REQUIREMENT:
All lines up to and including the one that contains "# Sketch on XY plane" are to be transcribed exactly, starting from the first line of the records.

****

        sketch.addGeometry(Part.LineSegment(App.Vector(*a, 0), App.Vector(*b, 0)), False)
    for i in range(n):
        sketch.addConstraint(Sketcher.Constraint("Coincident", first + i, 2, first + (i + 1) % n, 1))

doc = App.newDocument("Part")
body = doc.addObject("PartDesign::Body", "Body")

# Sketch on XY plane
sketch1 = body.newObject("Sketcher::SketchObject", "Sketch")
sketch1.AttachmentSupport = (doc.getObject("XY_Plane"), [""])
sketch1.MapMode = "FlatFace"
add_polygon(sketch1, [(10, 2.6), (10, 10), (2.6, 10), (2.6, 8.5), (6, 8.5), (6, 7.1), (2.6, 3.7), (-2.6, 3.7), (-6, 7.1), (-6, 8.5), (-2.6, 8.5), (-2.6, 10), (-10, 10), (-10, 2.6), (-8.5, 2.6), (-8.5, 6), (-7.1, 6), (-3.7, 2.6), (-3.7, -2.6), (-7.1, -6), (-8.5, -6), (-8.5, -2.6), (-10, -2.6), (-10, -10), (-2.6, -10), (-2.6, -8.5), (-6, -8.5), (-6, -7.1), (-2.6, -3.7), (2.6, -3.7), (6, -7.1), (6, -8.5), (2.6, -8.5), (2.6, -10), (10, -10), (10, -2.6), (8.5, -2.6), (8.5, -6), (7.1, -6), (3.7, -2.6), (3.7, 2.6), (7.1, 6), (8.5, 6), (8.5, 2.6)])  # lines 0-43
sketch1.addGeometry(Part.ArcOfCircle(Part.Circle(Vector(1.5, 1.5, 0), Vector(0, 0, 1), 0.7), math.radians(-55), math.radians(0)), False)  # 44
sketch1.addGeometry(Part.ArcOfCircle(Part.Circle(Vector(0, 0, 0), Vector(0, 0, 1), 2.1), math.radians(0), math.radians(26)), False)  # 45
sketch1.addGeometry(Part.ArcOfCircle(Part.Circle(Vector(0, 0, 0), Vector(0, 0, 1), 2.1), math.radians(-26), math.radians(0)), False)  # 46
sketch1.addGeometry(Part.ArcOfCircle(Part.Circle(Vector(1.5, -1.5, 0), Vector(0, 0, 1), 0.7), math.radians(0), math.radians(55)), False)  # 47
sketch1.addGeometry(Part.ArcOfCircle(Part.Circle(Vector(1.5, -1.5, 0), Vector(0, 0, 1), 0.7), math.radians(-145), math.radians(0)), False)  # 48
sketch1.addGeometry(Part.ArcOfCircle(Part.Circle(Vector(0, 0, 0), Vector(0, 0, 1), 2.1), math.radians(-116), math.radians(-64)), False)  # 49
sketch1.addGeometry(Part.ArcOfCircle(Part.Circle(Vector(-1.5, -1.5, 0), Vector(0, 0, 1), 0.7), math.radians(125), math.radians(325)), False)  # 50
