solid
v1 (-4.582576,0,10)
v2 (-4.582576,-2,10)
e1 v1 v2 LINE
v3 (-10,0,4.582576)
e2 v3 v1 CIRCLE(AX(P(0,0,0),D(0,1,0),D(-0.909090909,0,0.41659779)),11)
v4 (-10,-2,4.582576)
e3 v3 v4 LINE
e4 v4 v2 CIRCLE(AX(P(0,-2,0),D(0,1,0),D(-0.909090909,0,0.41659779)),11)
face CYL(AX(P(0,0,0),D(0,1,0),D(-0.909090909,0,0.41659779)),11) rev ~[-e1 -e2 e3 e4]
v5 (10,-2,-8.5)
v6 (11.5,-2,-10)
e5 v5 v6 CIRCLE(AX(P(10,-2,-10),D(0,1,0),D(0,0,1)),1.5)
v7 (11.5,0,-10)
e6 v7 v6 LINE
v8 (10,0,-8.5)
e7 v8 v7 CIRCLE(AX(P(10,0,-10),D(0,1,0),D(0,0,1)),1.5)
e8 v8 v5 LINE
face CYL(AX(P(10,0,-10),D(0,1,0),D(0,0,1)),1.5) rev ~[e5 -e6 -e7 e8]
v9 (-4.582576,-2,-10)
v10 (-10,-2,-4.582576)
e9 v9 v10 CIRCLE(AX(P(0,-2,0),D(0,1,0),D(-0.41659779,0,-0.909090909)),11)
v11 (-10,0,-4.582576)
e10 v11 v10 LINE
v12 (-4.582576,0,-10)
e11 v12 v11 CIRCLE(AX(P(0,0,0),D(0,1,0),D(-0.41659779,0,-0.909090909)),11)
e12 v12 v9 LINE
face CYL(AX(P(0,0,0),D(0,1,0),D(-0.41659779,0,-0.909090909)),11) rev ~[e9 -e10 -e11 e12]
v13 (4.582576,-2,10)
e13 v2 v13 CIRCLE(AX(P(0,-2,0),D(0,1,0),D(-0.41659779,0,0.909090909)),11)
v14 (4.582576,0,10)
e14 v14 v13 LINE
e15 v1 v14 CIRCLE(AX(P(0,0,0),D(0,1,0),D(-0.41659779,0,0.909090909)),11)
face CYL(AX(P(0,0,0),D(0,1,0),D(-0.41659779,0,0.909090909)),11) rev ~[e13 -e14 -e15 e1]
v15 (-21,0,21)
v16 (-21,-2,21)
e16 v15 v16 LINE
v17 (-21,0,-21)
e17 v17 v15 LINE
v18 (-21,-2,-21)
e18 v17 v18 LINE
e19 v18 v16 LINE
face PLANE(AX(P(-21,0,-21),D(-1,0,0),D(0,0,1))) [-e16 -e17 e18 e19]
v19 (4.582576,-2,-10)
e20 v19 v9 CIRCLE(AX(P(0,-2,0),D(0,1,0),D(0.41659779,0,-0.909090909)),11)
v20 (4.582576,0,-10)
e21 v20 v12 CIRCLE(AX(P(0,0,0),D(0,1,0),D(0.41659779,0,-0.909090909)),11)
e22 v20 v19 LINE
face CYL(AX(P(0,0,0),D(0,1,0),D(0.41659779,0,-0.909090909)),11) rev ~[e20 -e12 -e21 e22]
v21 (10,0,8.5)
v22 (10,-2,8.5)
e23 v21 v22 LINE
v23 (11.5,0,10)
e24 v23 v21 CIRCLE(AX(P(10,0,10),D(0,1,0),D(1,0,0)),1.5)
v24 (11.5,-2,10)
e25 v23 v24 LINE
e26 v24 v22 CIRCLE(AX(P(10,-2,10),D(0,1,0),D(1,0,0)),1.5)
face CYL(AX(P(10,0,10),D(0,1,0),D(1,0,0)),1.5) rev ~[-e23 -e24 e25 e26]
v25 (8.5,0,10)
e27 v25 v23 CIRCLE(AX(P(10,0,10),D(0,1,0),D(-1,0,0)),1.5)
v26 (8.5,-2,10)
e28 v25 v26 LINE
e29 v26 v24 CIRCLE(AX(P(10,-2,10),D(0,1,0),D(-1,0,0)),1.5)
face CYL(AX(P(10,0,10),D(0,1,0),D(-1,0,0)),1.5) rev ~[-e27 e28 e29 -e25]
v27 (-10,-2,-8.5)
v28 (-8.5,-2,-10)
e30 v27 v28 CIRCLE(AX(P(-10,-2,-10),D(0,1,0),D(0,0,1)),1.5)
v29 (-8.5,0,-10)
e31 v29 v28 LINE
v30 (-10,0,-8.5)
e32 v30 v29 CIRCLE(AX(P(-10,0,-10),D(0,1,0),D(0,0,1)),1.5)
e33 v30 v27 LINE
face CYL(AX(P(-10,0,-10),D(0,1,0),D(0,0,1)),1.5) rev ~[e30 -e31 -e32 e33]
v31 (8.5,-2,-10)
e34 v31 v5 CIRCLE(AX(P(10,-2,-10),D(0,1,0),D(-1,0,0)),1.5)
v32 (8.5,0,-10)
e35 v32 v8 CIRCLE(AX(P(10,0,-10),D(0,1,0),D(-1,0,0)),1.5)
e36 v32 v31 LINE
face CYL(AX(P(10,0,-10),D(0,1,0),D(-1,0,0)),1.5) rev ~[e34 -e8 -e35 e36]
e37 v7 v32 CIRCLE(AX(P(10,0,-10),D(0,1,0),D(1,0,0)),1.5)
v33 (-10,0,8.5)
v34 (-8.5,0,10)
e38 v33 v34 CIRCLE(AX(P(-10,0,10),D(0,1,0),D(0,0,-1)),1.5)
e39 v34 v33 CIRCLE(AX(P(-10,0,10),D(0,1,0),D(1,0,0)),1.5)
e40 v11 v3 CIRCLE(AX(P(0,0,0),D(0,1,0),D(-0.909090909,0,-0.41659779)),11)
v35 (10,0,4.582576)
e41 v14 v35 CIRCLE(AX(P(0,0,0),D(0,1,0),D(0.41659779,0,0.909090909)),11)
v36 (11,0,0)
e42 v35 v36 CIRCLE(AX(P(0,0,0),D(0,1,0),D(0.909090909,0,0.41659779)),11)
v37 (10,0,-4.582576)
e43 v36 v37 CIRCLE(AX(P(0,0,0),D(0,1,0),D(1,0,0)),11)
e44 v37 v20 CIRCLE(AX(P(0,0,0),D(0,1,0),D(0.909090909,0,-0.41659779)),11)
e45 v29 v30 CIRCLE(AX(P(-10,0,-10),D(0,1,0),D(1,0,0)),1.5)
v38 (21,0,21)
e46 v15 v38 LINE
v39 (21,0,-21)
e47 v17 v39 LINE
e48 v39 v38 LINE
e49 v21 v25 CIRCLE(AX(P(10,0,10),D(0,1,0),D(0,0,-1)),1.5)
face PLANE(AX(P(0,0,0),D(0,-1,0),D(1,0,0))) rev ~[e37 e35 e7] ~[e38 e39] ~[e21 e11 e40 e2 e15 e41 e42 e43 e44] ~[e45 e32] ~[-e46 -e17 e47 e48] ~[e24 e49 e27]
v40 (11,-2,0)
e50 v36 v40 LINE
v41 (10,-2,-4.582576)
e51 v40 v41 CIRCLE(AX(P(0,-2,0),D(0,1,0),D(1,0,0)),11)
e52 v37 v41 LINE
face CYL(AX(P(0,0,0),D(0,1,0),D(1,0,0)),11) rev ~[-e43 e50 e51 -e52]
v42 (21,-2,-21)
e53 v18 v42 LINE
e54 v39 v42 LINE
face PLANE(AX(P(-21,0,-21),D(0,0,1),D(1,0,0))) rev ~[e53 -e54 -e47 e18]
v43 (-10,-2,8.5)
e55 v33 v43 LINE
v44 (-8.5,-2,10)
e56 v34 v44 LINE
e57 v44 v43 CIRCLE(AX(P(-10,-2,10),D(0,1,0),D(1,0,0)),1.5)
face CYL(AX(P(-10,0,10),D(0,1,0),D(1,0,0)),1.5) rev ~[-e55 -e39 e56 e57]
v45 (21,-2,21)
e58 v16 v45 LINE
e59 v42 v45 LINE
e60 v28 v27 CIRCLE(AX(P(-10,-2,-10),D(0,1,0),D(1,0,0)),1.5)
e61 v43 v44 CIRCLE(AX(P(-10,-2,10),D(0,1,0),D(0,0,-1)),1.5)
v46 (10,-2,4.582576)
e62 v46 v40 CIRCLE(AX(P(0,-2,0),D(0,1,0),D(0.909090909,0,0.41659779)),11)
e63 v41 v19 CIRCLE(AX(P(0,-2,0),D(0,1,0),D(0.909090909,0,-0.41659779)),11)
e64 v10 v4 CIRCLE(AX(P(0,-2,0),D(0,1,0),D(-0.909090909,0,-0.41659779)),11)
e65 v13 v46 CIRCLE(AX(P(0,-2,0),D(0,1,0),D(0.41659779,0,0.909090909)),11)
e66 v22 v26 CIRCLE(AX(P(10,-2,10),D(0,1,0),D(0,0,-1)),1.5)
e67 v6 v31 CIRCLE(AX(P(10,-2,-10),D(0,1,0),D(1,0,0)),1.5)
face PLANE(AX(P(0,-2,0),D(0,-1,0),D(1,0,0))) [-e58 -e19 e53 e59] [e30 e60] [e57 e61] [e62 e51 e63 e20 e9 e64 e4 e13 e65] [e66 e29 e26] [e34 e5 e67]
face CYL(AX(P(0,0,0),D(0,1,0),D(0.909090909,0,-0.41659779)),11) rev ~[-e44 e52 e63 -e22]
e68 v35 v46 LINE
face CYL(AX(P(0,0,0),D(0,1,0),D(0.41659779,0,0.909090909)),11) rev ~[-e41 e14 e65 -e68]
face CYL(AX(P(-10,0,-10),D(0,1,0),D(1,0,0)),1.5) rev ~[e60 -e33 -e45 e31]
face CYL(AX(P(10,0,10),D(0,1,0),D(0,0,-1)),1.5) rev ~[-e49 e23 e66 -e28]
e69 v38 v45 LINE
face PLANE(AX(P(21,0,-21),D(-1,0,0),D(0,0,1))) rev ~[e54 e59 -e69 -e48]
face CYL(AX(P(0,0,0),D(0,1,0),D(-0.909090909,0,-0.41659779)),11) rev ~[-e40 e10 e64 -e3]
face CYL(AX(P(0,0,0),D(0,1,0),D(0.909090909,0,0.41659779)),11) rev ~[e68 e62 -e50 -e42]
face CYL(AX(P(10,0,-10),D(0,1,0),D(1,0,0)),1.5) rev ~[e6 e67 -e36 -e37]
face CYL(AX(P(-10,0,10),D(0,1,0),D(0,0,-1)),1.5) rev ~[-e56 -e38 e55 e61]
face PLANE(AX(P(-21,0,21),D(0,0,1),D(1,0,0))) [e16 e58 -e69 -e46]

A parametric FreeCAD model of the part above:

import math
import FreeCAD as App
import Part
import Sketcher

V = App.Vector
Q = App.Units.Quantity


def add_polygon(sketch, points):
    """Adds a closed chain of lines whose ends are joined by coincident constraints."""
    first, n = sketch.GeometryCount, len(points)
    for a, b in zip(points, points[1:] + points[:1]):
        sketch.addGeometry(Part.LineSegment(App.Vector(*a, 0), App.Vector(*b, 0)), False)
    for i in range(n):
        sketch.addConstraint(Sketcher.Constraint("Coincident", first + i, 2, first + (i + 1) % n, 1))

doc = App.newDocument("Part")
body = doc.addObject("PartDesign::Body", "Body")

# Sketch on XZ plane
sketch1 = body.newObject("Sketcher::SketchObject", "Sketch")
sketch1.AttachmentSupport = (doc.getObject("XZ_Plane"), [""])
sketch1.MapMode = "FlatFace"
add_polygon(sketch1, [(-21, 21), (-21, -21), (21, -21), (21, 21)])  # lines 0-3
sketch1.addGeometry(Part.ArcOfCircle(Part.Circle(V(0, 0, 0), V(0, 0, 1), 11), math.radians(155), math.radians(205)), False)  # 4
sketch1.addGeometry(Part.ArcOfCircle(Part.Circle(V(0, 0, 0), V(0, 0, 1), 11), math.radians(115), math.radians(155)), False)  # 5
sketch1.addGeometry(Part.ArcOfCircle(Part.Circle(V(0, 0, 0), V(0, 0, 1), 11), math.radians(65), math.radians(115)), False)  # 6
sketch1.addGeometry(Part.ArcOfCircle(Part.Circle(V(0, 0, 0), V(0, 0, 1), 11), math.radians(25), math.radians(65)), False)  # 7
sketch1.addGeometry(Part.ArcOfCircle(Part.Circle(V(0, 0, 0), V(0, 0, 1), 11), math.radians(0), math.radians(25)), False)  # 8
sketch1.addGeometry(Part.ArcOfCircle(Part.Circle(V(0, 0, 0), V(0, 0, 1), 11), math.radians(-25), math.radians(0)), False)  # 9
sketch1.addGeometry(Part.ArcOfCircle(Part.Circle(V(0, 0, 0), V(0, 0, 1), 11), math.radians(-65), math.radians(-25)), False)  # 10
sketch1.addGeometry(Part.ArcOfCircle(Part.Circle(V(0, 0, 0), V(0, 0, 1), 11), math.radians(-115), math.radians(-65)), False)  # 11
sketch1.addGeometry(Part.ArcOfCircle(Part.Circle(V(0, 0, 0), V(0, 0, 1), 11), math.radians(-155), math.radians(-115)), False)  # 12
sketch1.addGeometry(Part.ArcOfCircle(Part.Circle(V(10, 10, 0), V(0, 0, 1), 1.5), math.radians(0), math.radians(180)), False)  # 13
sketch1.addGeometry(Part.ArcOfCircle(Part.Circle(V(10, 10, 0), V(0, 0, 1), 1.5), math.radians(-90), math.radians(0)), False)  # 14
sketch1.addGeometry(Part.ArcOfCircle(Part.Circle(V(10, 10, 0), V(0, 0, 1), 1.5), math.radians(180), math.radians(270)), False)  # 15
sketch1.addGeometry(Part.ArcOfCircle(Part.Circle(V(10, -10, 0), V(0, 0, 1), 1.5), math.radians(0), math.radians(90)), False)  # 16
sketch1.addGeometry(Part.ArcOfCircle(Part.Circle(V(10, -10, 0), V(0, 0, 1), 1.5), math.radians(180), math.radians(360)), False)  # 17
sketch1.addGeometry(Part.ArcOfCircle(Part.Circle(V(10, -10, 0), V(0, 0, 1), 1.5), math.radians(90), math.radians(180)), False)  # 18
sketch1.addGeometry(Part.ArcOfCircle(Part.Circle(V(-10, -10, 0), V(0, 0, 1), 1.5), math.radians(90), math.radians(360)), False)  # 19
sketch1.addGeometry(Part.ArcOfCircle(Part.Circle(V(-10, -10, 0), V(0, 0, 1), 1.5), math.radians(0), math.radians(90)), False)  # 20
sketch1.addGeometry(Part.ArcOfCircle(Part.Circle(V(-10, 10, 0), V(0, 0, 1), 1.5), math.radians(0), math.radians(270)), False)  # 21
sketch1.addGeometry(Part.ArcOfCircle(Part.Circle(V(-10, 10, 0), V(0, 0, 1), 1.5), math.radians(-90), math.radians(0)), False)  # 22
sketch1.addConstraint([
    Sketcher.Constraint("Tangent", 4, 1, 5, 2),
    Sketcher.Constraint("Tangent", 5, 1, 6, 2),
    Sketcher.Constraint("Tangent", 6, 1, 7, 2),
    Sketcher.Constraint("Tangent", 7, 1, 8, 2),
    Sketcher.Constraint("Tangent", 8, 1, 9, 2),
    Sketcher.Constraint("Tangent", 9, 1, 10, 2),
    Sketcher.Constraint("Tangent", 10, 1, 11, 2),
    Sketcher.Constraint("Tangent", 11, 1, 12, 2),
    Sketcher.Constraint("Tangent", 12, 1, 4, 2),
    Sketcher.Constraint("Tangent", 13, 1, 14, 2),
    Sketcher.Constraint("Tangent", 14, 1, 15, 2),
    Sketcher.Constraint("Tangent", 15, 1, 13, 2),
    Sketcher.Constraint("Tangent", 16, 1, 17, 2),
    Sketcher.Constraint("Tangent", 17, 1, 18, 2),
    Sketcher.Constraint("Tangent", 18, 1, 16, 2),
    Sketcher.Constraint("Tangent", 19, 1, 20, 2),
    Sketcher.Constraint("Coincident", 20, 1, 19, 2),
    Sketcher.Constraint("Tangent", 21, 1, 22, 2),
    Sketcher.Constraint("Coincident", 22, 1, 21, 2),
    Sketcher.Constraint("Vertical", 0),
    Sketcher.Constraint("Horizontal", 1),
    Sketcher.Constraint("Vertical", 2),
    Sketcher.Constraint("Horizontal", 3),
    Sketcher.Constraint("Coincident", 4, 3, -1, 1),
    Sketcher.Constraint("Coincident", 6, 3, -1, 1),
    Sketcher.Constraint("Coincident", 8, 3, -1, 1),
    Sketcher.Constraint("Coincident", 10, 3, -1, 1),
    Sketcher.Constraint("Equal", 15, 16),
    Sketcher.Constraint("Equal", 18, 19),
    Sketcher.Constraint("Equal", 20, 21),
    Sketcher.Constraint("Symmetric", 13, 3, 19, 3, -1, 1),
    Sketcher.Constraint("Symmetric", 16, 3, 21, 3, -1, 1),
    Sketcher.Constraint("Symmetric", 0, 2, 2, 2, -1, 1),
    Sketcher.Constraint("Symmetric", 16, 3, 19, 3, -2),
    Sketcher.Constraint("PointOnObject", 8, 1, -1),
    Sketcher.Constraint("Horizontal", 22, 3, 5, 1),
    Sketcher.Constraint("Horizontal", 5, 1, 6, 1),
    Sketcher.Constraint("Horizontal", 4, 1, 7, 1),
    Sketcher.Constraint("Horizontal", 20, 3, 10, 1),
    Sketcher.Constraint("Horizontal", 10, 1, 11, 1),
    Sketcher.Constraint("Horizontal", 9, 1, 12, 1),
    Sketcher.Constraint("Horizontal", 6, 1, 13, 1),
    Sketcher.Constraint("Horizontal", 13, 1, 15, 1),
    Sketcher.Constraint("Horizontal", 11, 1, 16, 1),
    Sketcher.Constraint("Horizontal", 16, 1, 17, 1),
    Sketcher.Constraint("Horizontal", 17, 1, 20, 1),
    Sketcher.Constraint("Horizontal", 15, 1, 21, 1),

****

ANSWER SECTION:
        sketch.addGeometry(Part.LineSegment(App.Vector(*a, 0), App.Vector(*b, 0)), False)
    for i in range(n):
        sketch.addConstraint(Sketcher.Constraint("Coincident", first + i, 2, first + (i + 1) % n, 1))

doc = App.newDocument("Part")
body = doc.addObject("PartDesign::Body", "Body")

# Sketch on XY plane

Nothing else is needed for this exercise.